A chemist prepares a solution by dissolving 3.166 g of NaNO3 in enough water to make 200 mL of solution. What molar concentration of sodium nitrate should appear on the label? Answer in units of M.

 To calculate the molarity (M) of the solution, we need to follow these steps:

Step 1: Calculate the moles of NaNO3. We use the molar mass of NaNO3 to convert grams to moles. The molar mass of sodium nitrate (NaNO3) can be determined by adding the atomic masses of its constituent atoms: Na (sodium) = 22.99 g/mol, N (nitrogen) = 14.01 g/mol, O (oxygen) = 16.00 g/mol (and there are three oxygen atoms).

So, the molar mass of NaNO3 = 22.99 + 14.01 + (3 × 16.00) = 22.99 + 14.01 + 48.00 = 85.00 g/mol (rounded to two decimal places).

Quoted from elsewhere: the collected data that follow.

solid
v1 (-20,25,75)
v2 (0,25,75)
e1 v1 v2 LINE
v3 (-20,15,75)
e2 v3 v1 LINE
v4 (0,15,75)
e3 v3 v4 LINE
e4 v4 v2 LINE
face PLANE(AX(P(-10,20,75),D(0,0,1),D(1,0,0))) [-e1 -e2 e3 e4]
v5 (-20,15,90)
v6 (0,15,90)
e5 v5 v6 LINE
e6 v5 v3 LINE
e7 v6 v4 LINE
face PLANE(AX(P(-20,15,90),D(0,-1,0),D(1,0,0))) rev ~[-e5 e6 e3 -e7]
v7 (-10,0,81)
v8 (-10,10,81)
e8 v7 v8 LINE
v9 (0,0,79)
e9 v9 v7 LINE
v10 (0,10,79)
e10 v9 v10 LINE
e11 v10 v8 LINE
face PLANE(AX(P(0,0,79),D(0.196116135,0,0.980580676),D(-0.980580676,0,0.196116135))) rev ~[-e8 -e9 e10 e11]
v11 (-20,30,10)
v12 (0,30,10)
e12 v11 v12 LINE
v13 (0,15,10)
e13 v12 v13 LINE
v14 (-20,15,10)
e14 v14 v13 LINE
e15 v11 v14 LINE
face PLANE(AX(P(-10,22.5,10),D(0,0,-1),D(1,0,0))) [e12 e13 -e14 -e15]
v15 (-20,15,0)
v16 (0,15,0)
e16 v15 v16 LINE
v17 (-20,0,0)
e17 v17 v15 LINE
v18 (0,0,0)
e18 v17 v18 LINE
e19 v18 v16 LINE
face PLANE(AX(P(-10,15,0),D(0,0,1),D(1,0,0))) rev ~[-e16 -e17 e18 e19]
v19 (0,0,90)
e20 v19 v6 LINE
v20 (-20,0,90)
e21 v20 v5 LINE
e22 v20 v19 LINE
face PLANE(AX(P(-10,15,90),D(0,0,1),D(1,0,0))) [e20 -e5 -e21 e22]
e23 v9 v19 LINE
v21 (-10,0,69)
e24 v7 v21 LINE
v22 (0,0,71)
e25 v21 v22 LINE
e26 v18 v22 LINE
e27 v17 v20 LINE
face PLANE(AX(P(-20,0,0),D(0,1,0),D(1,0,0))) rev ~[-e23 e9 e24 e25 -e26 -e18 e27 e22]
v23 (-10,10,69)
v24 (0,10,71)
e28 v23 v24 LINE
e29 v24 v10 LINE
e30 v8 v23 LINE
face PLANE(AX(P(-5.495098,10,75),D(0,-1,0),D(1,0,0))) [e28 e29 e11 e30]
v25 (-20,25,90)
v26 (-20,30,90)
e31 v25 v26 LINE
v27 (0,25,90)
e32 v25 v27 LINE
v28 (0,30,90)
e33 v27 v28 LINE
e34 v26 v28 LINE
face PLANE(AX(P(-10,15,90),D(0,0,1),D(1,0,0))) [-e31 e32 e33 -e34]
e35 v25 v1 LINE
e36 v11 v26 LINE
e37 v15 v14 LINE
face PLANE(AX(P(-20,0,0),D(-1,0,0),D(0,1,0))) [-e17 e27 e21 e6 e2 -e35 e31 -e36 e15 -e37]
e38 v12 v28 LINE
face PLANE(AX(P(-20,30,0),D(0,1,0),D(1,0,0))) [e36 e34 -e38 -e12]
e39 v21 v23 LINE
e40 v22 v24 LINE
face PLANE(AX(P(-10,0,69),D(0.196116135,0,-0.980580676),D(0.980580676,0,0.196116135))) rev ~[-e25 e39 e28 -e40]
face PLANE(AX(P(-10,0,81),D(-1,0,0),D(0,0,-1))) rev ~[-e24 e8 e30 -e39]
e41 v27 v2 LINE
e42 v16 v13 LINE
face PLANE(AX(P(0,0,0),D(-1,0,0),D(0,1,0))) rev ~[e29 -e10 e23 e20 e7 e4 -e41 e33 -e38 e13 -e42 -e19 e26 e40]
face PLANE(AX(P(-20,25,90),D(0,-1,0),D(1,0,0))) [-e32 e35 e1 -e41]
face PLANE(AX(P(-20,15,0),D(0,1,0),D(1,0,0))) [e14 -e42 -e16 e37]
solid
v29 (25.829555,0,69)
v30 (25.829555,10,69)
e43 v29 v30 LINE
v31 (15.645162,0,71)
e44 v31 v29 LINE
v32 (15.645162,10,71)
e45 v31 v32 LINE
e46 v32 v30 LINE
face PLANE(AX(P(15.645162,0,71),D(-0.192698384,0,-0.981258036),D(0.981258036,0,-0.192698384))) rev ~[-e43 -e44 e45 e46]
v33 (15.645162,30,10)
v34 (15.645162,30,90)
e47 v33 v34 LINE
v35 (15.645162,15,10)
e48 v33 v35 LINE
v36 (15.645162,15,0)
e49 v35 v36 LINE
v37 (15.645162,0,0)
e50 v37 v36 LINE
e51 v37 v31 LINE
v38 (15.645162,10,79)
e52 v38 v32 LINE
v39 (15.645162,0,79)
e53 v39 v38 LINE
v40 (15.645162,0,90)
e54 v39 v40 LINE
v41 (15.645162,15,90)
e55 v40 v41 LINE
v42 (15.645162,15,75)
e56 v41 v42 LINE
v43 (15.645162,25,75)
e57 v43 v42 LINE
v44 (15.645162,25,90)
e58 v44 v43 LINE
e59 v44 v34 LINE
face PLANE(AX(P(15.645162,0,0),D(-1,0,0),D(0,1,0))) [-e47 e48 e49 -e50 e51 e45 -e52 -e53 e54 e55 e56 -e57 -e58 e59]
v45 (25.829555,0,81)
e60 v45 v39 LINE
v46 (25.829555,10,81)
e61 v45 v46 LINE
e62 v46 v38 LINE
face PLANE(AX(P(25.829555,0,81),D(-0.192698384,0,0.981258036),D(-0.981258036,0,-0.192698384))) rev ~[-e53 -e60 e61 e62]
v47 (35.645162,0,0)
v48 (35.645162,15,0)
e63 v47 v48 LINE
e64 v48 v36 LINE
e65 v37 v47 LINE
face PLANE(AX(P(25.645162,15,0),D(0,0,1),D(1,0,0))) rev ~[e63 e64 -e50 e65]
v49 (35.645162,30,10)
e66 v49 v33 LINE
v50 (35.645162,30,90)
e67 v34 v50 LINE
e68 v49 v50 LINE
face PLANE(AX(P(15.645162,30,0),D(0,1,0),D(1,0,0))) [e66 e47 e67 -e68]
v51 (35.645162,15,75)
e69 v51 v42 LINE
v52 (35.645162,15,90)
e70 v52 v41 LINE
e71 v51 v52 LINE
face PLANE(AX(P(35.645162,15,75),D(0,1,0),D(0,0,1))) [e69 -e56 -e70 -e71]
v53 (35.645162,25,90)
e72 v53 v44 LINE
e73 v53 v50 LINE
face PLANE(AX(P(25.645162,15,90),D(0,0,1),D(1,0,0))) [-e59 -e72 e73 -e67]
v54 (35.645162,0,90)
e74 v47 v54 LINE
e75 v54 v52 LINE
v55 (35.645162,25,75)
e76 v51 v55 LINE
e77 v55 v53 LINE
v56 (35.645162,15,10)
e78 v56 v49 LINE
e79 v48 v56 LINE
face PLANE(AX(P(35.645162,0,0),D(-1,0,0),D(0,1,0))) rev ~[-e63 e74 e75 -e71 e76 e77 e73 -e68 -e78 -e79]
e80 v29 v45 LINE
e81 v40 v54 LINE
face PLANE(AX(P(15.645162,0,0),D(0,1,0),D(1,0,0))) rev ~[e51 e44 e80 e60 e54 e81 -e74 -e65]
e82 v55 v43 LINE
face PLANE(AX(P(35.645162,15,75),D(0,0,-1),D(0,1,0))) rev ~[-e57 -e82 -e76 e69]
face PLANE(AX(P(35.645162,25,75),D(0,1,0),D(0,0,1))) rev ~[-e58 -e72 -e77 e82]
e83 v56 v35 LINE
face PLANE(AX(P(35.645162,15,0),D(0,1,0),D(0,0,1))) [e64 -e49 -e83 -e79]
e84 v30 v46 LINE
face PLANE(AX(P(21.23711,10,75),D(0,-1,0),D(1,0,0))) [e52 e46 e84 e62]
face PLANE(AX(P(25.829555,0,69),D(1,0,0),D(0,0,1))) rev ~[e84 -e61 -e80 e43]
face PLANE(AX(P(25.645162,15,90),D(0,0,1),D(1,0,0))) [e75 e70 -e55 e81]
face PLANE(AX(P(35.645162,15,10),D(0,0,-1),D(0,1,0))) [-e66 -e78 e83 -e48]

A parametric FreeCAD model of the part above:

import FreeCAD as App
import Part
import Sketcher

V = App.Vector
Q = App.Units.Quantity

doc = App.newDocument("Part")
body = doc.addObject("PartDesign::Body", "Body")

# Sketch on XY plane
sketch1 = body.newObject("Sketcher::SketchObject", "Sketch")
sketch1.AttachmentSupport = (doc.getObject("XY_Plane"), [""])
sketch1.MapMode = "FlatFace"
sketch1.addGeometry([
    Part.LineSegment(V(-20, 30, 0), V(-20, 0, 0)),
    Part.LineSegment(V(-20, 0, 0), V(0, 0, 0)),
    Part.LineSegment(V(0, 0, 0), V(0, 30, 0)),
    Part.LineSegment(V(0, 30, 0), V(-20, 30, 0)),
], False)
sketch1.addConstraint([
    Sketcher.Constraint("Coincident", 0, 2, 1, 1),
    Sketcher.Constraint("Coincident", 1, 2, 2, 1),
    Sketcher.Constraint("Coincident", 2, 2, 3, 1),
    Sketcher.Constraint("Coincident", 3, 2, 0, 1),
    Sketcher.Constraint("Vertical", 0),
    Sketcher.Constraint("Horizontal", 1),
    Sketcher.Constraint("Vertical", 2),
    Sketcher.Constraint("Horizontal", 3),
    Sketcher.Constraint("Coincident", 1, 2, -1, 1),
    Sketcher.Constraint("DistanceX", 1, 1, 1, 2, Q("20 mm")),
    Sketcher.Constraint("DistanceY", 0, 2, 0, 1, Q("30 mm")),
])
pad1 = body.newObject("PartDesign::Pad", "Pad")
pad1.Profile = sketch1
pad1.Length = 90

# Sketch on XY plane
sketch2 = body.newObject("Sketcher::SketchObject", "Sketch001")
sketch2.AttachmentSupport = (doc.getObject("XY_Plane"), [""])
sketch2.MapMode = "FlatFace"
sketch2.AttachmentOffset = App.Placement(V(0, 0, 90), App.Rotation())
sketch2.addGeometry([
    Part.LineSegment(V(-20, 25, 0), V(-20, 15, 0)),
    Part.LineSegment(V(-20, 15, 0), V(0, 15, 0)),
    Part.LineSegment(V(0, 15, 0), V(0, 25, 0)),
    Part.LineSegment(V(0, 25, 0), V(-20, 25, 0)),
], False)
sketch2.addConstraint([
    Sketcher.Constraint("Coincident", 0, 2, 1, 1),
    Sketcher.Constraint("Coincident", 1, 2, 2, 1),
    Sketcher.Constraint("Coincident", 2, 2, 3, 1),
    Sketcher.Constraint("Coincident", 3, 2, 0, 1),
    Sketcher.Constraint("Vertical", 0),
    Sketcher.Constraint("Horizontal", 1),
    Sketcher.Constraint("Vertical", 2),
    Sketcher.Constraint("Horizontal", 3),
    Sketcher.Constraint("PointOnObject", 1, 2, -2),
    Sketcher.Constraint("DistanceX", 1, 1, 1, 2, Q("20 mm")),
    Sketcher.Constraint("DistanceY", 0, 2, 0, 1, Q("10 mm")),
    Sketcher.Constraint("DistanceY", -1, 1, 0, 2, Q("15 mm")),
])
pocket1 = body.newObject("PartDesign::Pocket", "Pocket")
pocket1.Profile = sketch2
pocket1.Length = 15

The number of moles of NaNO3 = mass (g) / molar mass (g/mol) The number of moles of NaNO3 = 3.166 g / 85.00 g/mol = 0.03724 mol (rounded to five significant figures).

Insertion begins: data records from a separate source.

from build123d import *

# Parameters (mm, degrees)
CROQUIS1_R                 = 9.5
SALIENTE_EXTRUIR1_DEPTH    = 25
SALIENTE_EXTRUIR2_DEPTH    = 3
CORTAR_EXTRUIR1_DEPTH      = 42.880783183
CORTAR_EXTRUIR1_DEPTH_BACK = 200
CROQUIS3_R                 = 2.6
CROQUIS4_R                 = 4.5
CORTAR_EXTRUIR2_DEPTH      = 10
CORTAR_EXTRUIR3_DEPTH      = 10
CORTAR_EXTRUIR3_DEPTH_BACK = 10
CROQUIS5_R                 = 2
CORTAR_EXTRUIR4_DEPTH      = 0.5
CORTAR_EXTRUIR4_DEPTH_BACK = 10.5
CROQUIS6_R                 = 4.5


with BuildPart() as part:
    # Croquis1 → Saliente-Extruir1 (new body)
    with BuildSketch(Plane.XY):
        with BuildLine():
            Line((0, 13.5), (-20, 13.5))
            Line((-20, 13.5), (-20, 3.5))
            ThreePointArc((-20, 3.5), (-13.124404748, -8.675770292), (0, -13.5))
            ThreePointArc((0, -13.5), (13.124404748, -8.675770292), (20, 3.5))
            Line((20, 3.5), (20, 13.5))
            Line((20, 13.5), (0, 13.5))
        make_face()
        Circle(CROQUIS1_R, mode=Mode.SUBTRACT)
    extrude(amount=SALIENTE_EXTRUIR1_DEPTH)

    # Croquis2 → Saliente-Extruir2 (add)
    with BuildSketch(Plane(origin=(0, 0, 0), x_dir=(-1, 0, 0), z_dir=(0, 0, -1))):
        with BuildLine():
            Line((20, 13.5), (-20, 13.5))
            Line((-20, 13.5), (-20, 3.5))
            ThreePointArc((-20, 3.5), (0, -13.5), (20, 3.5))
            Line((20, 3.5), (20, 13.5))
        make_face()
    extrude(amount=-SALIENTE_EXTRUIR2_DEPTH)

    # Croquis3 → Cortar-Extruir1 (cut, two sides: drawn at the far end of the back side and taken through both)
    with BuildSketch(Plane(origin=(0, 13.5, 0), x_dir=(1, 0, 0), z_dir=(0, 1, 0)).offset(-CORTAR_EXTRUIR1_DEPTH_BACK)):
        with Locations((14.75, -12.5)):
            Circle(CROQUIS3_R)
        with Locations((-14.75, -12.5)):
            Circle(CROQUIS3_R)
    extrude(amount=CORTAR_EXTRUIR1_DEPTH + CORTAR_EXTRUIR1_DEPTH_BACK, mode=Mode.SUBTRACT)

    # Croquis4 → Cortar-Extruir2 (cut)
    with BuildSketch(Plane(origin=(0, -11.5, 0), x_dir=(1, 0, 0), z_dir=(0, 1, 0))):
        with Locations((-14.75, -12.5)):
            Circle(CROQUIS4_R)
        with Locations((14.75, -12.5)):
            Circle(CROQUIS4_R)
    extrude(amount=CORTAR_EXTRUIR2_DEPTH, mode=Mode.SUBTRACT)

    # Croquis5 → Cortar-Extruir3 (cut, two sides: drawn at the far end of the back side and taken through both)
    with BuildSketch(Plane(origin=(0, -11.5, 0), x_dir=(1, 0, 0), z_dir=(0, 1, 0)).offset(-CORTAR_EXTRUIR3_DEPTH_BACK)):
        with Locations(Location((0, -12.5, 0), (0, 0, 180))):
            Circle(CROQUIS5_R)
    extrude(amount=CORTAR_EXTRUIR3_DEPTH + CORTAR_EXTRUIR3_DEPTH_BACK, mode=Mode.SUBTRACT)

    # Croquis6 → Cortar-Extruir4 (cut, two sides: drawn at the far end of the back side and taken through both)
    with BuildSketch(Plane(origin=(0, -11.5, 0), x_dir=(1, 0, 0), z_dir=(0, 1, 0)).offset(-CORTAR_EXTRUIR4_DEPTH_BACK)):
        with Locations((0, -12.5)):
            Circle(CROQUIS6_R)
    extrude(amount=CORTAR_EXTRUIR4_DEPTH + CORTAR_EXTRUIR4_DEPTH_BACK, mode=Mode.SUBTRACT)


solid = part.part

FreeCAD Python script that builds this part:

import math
import FreeCAD as App
import Part
import Sketcher
Q = App.Units.Quantity

doc = App.newDocument("Part")
body = doc.addObject("PartDesign::Body", "Body")

sketch1 = body.newObject("Sketcher::SketchObject", "Sketch")
sketch1.AttachmentSupport = (doc.getObject("XY_Plane"), [""])
sketch1.MapMode = "FlatFace"
sketch1.addGeometry([
    Part.LineSegment(App.Vector(-20, 14, 0), App.Vector(-20, 4, 0)),
    Part.ArcOfCircle(Part.Circle(App.Vector(0, 7, 0), App.Vector(0, 0, 1), 20), math.radians(-171), math.radians(-90)),
    Part.ArcOfCircle(Part.Circle(App.Vector(0, 7, 0), App.Vector(0, 0, 1), 20), math.radians(-90), math.radians(-9)),
    Part.LineSegment(App.Vector(20, 4, 0), App.Vector(20, 14, 0)),
    Part.LineSegment(App.Vector(20, 14, 0), App.Vector(-20, 14, 0)),
    Part.Circle(App.Vector(0, 0, 0), App.Vector(0, 0, 1), 10),
], False)
sketch1.addConstraint([
    Sketcher.Constraint("Coincident", 0, 2, 1, 1),
    Sketcher.Constraint("Tangent", 1, 2, 2, 1),
    Sketcher.Constraint("Coincident", 2, 2, 3, 1),
    Sketcher.Constraint("Coincident", 3, 2, 4, 1),
    Sketcher.Constraint("Coincident", 4, 2, 0, 1),
    Sketcher.Constraint("Vertical", 0),
    Sketcher.Constraint("Vertical", 3),
    Sketcher.Constraint("Horizontal", 4),
    Sketcher.Constraint("Coincident", 5, 3, -1, 1),
    Sketcher.Constraint("Equal", 1, 2),
    Sketcher.Constraint("Symmetric", 0, 2, 2, 2, -2),
    Sketcher.Constraint("PointOnObject", 1, 2, -2),
    Sketcher.Constraint("Diameter", 5, Q("19 mm")),
    Sketcher.Constraint("DistanceX", 4, 2, 4, 1, Q("40 mm")),
    Sketcher.Constraint("DistanceY", 0, 2, 0, 1, Q("10 mm")),
    Sketcher.Constraint("DistanceY", 1, 2, 0, 2, Q("17 mm")),
    Sketcher.Constraint("DistanceY", -1, 1, 0, 2, Q("3.5 mm")),
])
pad1 = body.newObject("PartDesign::Pad", "Pad")
pad1.Profile = sketch1
pad1.Length = 25

sketch2 = body.newObject("Sketcher::SketchObject", "Sketch001")
sketch2.AttachmentSupport = (doc.getObject("XY_Plane"), [""])
sketch2.MapMode = "FlatFace"
sketch2.addGeometry([
    Part.LineSegment(App.Vector(-20, 14, 0), App.Vector(20, 14, 0)),
    Part.LineSegment(App.Vector(20, 14, 0), App.Vector(20, 4, 0)),
    Part.ArcOfCircle(Part.Circle(App.Vector(0, 7, 0), App.Vector(0, 0, 1), 20), math.radians(-171), math.radians(-9)),
    Part.LineSegment(App.Vector(-20, 4, 0), App.Vector(-20, 14, 0)),
], False)
sketch2.addConstraint([
    Sketcher.Constraint("Coincident", 0, 2, 1, 1),
    Sketcher.Constraint("Coincident", 1, 2, 2, 2),
    Sketcher.Constraint("Coincident", 2, 1, 3, 1),
    Sketcher.Constraint("Coincident", 3, 2, 0, 1),
    Sketcher.Constraint("Horizontal", 0),
    Sketcher.Constraint("Vertical", 1),
    Sketcher.Constraint("Vertical", 3),
    Sketcher.Constraint("Symmetric", 1, 2, 2, 1, -2),
    Sketcher.Constraint("DistanceX", 0, 1, 0, 2, Q("40 mm")),
    Sketcher.Constraint("DistanceY", 1, 2, 1, 1, Q("10 mm")),
    Sketcher.Constraint("DistanceY", -1, 1, 0, 2, Q("13.5 mm")),
    Sketcher.Constraint("Radius", 2, Q("20.264706 mm")),
])
pad2 = body.newObject("PartDesign::Pad", "Pad001")
pad2.Profile = sketch2
pad2.Length = 3

sketch3 = body.newObject("Sketcher::SketchObject", "Sketch002")
sketch3.AttachmentSupport = (doc.getObject("XZ_Plane"), [""])
sketch3.MapMode = "FlatFace"
sketch3.AttachmentOffset = App.Placement(App.Vector(0, 0, -13.5), App.Rotation())
sketch3.addGeometry([
    Part.Circle(App.Vector(14.8, 12.5, 0), App.Vector(0, 0, 1), 2.6),
    Part.Circle(App.Vector(-14.8, 12.5, 0), App.Vector(0, 0, 1), 2.6),
], False)
sketch3.addConstraint([
    Sketcher.Constraint("Equal", 0, 1),
    Sketcher.Constraint("Symmetric", 0, 3, 1, 3, -2),
    Sketcher.Constraint("Diameter", 0, Q("5.2 mm")),
    Sketcher.Constraint("DistanceY", -1, 1, 0, 3, Q("12.5 mm")),
    Sketcher.Constraint("DistanceX", 1, 3, 0, 3, Q("29.5 mm")),
])
pocket1 = body.newObject("PartDesign::Pocket", "Pocket")
pocket1.Profile = sketch3
pocket1.Type = "ThroughAll"
pocket1.Midplane = True

sketch4 = body.newObject("Sketcher::SketchObject", "Sketch003")
sketch4.AttachmentSupport = (doc.getObject("XZ_Plane"), [""])
sketch4.MapMode = "FlatFace"
sketch4.AttachmentOffset = App.Placement(App.Vector(0, 0, 11.5), App.Rotation())
sketch4.addGeometry([
    Part.Circle(App.Vector(-14.8, 12.5, 0), App.Vector(0, 0, 1), 4.5),
    Part.Circle(App.Vector(14.8, 12.5, 0), App.Vector(0, 0, 1), 4.5),
], False)
sketch4.addConstraint([
    Sketcher.Constraint("Equal", 0, 1),
    Sketcher.Constraint("Symmetric", 0, 3, 1, 3, -2),
    Sketcher.Constraint("Diameter", 0, Q("9 mm")),
    Sketcher.Constraint("DistanceY", -1, 1, 0, 3, Q("12.5 mm")),
    Sketcher.Constraint("DistanceX", 0, 3, 1, 3, Q("29.5 mm")),
])
pocket2 = body.newObject("PartDesign::Pocket", "Pocket001")
pocket2.Profile = sketch4
pocket2.Length = 10

sketch5 = body.newObject("Sketcher::SketchObject", "Sketch004")
sketch5.AttachmentSupport = (doc.getObject("XZ_Plane"), [""])
sketch5.MapMode = "FlatFace"
sketch5.AttachmentOffset = App.Placement(App.Vector(0, 0, 11.5), App.Rotation())
sketch5.addGeometry(Part.Circle(App.Vector(0, 12.5, 0), App.Vector(0, 0, 1), 2), False)
sketch5.addConstraint([
    Sketcher.Constraint("PointOnObject", 0, 3, -2),
    Sketcher.Constraint("Diameter", 0, Q("4 mm")),
    Sketcher.Constraint("DistanceY", -1, 1, 0, 3, Q("12.5 mm")),
])
pocket3 = body.newObject("PartDesign::Pocket", "Pocket002")
pocket3.Profile = sketch5
pocket3.Type = "TwoLengths"
pocket3.Length = 10
pocket3.Length2 = 10

sketch6 = body.newObject("Sketcher::SketchObject", "Sketch005")
sketch6.AttachmentSupport = (doc.getObject("XZ_Plane"), [""])
sketch6.MapMode = "FlatFace"
sketch6.AttachmentOffset = App.Placement(App.Vector(0, 0, 11.5), App.Rotation())
sketch6.addGeometry(Part.Circle(App.Vector(0, 12.5, 0), App.Vector(0, 0, 1), 4.5), False)
sketch6.addConstraint([
    Sketcher.Constraint("PointOnObject", 0, 3, -2),
    Sketcher.Constraint("Diameter", 0, Q("9 mm")),
    Sketcher.Constraint("DistanceY", -1, 1, 0, 3, Q("12.5 mm")),
])
pocket4 = body.newObject("PartDesign::Pocket", "Pocket003")
pocket4.Profile = sketch6
pocket4.Type = "TwoLengths"
pocket4.Length = 0.5
pocket4.Length2 = 10.5

doc.recompute()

Step 2: Determine the volume in liters. Since the molarity formula requires volume in liters, we convert milliliters to liters by dividing by 1000. 200 mL = 200 / 1000 L = 0.20 L

Step 3: Calculate the molarity. The molarity (M) is calculated by dividing the number of moles of solute by the volume of solution in liters. Molarity (M) = moles of solute / liters of solution Molarity (M) = 0.03724 mol / 0.20 L = 0.1862 M (rounded to four decimal places).

So, the chemist should label the solution as 0.1862 M sodium nitrate (NaNO3).